Example: python run_main.py --dim_z 20

Arguments

Required :

--dim_z: Dimension of latent vector. Default: 20

Optional :

--results_path: File path of output images. Default: results
--add_noise: Boolean for adding salt & pepper noise to input image. Default: False
--n_hidden: Number of hidden units in MLP. Default: 500
--learn_rate: Learning rate for Adam optimizer. Default: 1e-3
--num_epochs: The number of epochs to run. Default: 20
--batch_size: Batch size. Default: 128
--PRR: Boolean for plot-reproduce-result. Default: True
--PRR_n_img_x: Number of images along x-axis. Default: 10
--PRR_n_img_y: Number of images along y-axis. Default: 10
--PRR_resize_factor: Resize factor for each displayed image. Default: 1.0
--PMLR: Boolean for plot-manifold-learning-result. Default: False
--PMLR_n_img_x: Number of images along x-axis.
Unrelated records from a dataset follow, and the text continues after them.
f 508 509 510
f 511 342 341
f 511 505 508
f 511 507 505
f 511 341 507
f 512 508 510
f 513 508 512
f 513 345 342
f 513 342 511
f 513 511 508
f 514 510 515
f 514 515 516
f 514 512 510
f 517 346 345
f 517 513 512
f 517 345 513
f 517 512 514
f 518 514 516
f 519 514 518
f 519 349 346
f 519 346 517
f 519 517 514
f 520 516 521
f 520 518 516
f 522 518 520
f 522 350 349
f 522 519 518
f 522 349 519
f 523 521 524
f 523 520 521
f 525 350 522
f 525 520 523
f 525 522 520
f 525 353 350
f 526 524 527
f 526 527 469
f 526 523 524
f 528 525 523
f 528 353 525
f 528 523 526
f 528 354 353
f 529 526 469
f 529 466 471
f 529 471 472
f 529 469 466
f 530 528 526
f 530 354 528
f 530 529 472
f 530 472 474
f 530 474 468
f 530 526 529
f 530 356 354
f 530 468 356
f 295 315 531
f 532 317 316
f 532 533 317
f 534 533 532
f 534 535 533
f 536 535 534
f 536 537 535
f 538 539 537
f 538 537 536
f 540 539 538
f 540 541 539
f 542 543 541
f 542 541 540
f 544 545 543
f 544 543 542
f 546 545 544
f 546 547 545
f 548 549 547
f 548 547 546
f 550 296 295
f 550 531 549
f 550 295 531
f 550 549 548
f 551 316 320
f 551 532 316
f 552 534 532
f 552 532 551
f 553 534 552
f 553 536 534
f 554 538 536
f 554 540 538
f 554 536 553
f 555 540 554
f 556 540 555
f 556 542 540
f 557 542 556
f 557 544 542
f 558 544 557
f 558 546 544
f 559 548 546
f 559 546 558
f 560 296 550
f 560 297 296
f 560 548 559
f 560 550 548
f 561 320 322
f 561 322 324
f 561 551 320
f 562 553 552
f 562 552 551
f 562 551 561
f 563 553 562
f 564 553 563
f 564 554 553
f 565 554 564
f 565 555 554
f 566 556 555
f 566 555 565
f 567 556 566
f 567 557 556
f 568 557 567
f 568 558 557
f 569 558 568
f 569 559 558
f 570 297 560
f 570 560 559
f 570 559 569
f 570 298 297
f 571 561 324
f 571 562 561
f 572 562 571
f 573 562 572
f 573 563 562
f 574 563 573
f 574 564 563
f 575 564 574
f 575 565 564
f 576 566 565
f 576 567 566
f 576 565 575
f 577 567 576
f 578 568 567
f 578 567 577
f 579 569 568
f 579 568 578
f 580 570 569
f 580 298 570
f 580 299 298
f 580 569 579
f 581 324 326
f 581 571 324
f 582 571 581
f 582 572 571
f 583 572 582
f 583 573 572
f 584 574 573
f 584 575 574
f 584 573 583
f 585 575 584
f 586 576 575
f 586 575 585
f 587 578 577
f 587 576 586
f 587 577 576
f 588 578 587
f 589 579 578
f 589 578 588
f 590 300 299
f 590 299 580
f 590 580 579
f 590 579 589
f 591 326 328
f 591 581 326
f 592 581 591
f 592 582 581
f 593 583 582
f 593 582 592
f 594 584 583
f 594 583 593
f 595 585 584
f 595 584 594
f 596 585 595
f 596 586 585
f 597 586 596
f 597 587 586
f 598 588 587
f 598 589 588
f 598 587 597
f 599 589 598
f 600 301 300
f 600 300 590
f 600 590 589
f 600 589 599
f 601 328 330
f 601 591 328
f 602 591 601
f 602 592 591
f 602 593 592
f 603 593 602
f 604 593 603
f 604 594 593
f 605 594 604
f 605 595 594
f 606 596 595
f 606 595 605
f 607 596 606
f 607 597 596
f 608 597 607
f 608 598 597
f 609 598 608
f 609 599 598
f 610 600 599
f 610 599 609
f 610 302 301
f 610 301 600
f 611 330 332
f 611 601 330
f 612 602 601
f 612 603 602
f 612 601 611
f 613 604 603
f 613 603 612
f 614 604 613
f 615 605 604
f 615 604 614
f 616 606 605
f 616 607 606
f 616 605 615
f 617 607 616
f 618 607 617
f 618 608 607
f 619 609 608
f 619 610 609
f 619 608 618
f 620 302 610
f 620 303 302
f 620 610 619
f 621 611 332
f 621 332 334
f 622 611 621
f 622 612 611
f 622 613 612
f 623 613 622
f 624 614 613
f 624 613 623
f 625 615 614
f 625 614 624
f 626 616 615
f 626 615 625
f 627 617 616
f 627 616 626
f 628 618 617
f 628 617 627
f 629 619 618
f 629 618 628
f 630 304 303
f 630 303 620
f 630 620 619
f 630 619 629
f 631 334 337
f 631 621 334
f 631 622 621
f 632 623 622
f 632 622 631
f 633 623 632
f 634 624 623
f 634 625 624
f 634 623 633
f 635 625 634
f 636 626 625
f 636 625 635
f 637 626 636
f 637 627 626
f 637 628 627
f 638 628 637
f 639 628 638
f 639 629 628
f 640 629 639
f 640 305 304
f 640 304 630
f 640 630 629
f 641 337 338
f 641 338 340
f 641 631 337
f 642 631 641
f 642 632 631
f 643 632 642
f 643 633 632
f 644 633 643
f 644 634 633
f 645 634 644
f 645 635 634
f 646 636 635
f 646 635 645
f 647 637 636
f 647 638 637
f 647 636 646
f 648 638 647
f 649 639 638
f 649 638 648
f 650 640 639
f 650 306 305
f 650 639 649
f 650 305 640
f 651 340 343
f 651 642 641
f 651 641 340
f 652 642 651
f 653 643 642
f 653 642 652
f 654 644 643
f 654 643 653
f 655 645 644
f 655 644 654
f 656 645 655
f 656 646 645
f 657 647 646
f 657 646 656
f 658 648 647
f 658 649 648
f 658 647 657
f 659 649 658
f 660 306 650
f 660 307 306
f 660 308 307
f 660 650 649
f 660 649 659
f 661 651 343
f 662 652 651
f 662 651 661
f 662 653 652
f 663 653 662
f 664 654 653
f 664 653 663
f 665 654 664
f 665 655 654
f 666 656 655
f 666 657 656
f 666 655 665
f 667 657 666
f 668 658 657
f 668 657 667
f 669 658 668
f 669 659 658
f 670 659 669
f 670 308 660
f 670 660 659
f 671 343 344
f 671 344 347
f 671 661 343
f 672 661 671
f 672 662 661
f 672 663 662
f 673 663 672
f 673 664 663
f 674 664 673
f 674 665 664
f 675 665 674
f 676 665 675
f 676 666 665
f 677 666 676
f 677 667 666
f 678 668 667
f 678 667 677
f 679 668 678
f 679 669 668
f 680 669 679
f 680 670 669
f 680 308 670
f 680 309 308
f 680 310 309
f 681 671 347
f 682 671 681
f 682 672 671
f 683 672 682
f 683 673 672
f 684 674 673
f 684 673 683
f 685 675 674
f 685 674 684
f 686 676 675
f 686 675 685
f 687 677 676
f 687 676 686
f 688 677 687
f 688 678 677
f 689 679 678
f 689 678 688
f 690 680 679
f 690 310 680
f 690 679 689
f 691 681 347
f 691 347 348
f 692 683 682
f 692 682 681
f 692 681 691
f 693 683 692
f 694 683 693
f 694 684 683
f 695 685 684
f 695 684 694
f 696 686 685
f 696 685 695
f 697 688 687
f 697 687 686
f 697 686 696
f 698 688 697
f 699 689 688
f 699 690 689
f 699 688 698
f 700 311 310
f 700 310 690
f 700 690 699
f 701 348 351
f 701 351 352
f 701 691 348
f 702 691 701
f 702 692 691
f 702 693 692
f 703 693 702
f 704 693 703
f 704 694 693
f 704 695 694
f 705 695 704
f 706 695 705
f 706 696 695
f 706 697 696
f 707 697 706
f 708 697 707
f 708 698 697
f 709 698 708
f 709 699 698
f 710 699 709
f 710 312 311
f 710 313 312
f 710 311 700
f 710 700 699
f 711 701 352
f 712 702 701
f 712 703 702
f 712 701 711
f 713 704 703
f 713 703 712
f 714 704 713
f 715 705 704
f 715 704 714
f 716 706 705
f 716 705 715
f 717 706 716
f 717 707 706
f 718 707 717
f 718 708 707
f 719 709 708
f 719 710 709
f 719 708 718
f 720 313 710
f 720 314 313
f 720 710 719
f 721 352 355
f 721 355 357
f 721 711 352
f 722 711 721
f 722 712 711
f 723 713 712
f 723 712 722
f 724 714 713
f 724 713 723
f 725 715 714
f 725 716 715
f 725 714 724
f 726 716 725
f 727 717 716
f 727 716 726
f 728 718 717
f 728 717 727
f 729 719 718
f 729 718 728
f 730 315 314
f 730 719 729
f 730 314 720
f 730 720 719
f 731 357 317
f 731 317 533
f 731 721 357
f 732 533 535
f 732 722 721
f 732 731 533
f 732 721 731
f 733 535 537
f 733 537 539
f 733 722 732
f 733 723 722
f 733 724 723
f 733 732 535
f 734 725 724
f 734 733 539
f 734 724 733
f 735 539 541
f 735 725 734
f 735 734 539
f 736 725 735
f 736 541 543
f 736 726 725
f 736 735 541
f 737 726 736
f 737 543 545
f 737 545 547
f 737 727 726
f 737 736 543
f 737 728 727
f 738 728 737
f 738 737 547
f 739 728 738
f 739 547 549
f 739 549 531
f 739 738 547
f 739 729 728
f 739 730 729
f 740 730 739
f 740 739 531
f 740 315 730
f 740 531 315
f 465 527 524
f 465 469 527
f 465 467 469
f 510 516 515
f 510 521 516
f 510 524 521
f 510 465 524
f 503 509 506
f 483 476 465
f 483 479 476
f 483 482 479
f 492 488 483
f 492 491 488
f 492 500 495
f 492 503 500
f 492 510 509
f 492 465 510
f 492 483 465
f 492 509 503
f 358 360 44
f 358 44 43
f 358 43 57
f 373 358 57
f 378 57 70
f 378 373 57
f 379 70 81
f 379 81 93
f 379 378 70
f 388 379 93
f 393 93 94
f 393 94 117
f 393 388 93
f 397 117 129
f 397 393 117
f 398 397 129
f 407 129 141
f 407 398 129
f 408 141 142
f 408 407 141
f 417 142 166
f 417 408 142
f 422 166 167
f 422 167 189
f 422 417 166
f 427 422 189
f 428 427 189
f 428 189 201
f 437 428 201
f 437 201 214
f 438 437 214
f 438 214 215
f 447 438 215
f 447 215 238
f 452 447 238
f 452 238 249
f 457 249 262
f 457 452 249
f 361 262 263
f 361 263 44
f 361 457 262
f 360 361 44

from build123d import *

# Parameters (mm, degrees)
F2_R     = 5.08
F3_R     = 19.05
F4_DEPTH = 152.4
Default: 10
--PMLR_n_img_y: Number of images along y-axis. Default: 10
--PMLR_resize_factor: Resize factor for each displayed image. Default: 1.0
--PMLR_z_range: Range for unifomly distributed latent vector. Default: 2.0
--PMLR_n_samples: Number of samples in order to get distribution of labeled data. Default: 5000
--PARR: Boolean for plot-analogical-reasoning-result. Default: False
--PARR_resize_factor: Resize factor for each displayed image. Default: 1.0
--PARR_z_range: Range for unifomly distributed latent vector. Default: 2.0

References

The implementation is based on the projects:
[1] https://github.com/wiseodd/generative-models/tree/master/VAE/conditional_vae
[2] http://wiseodd.github.io/techblog/2016/12/17/conditional-vae/

Acknowledgements

This implementation has been tested with Tensorflow 1.0.1 on Windows 10.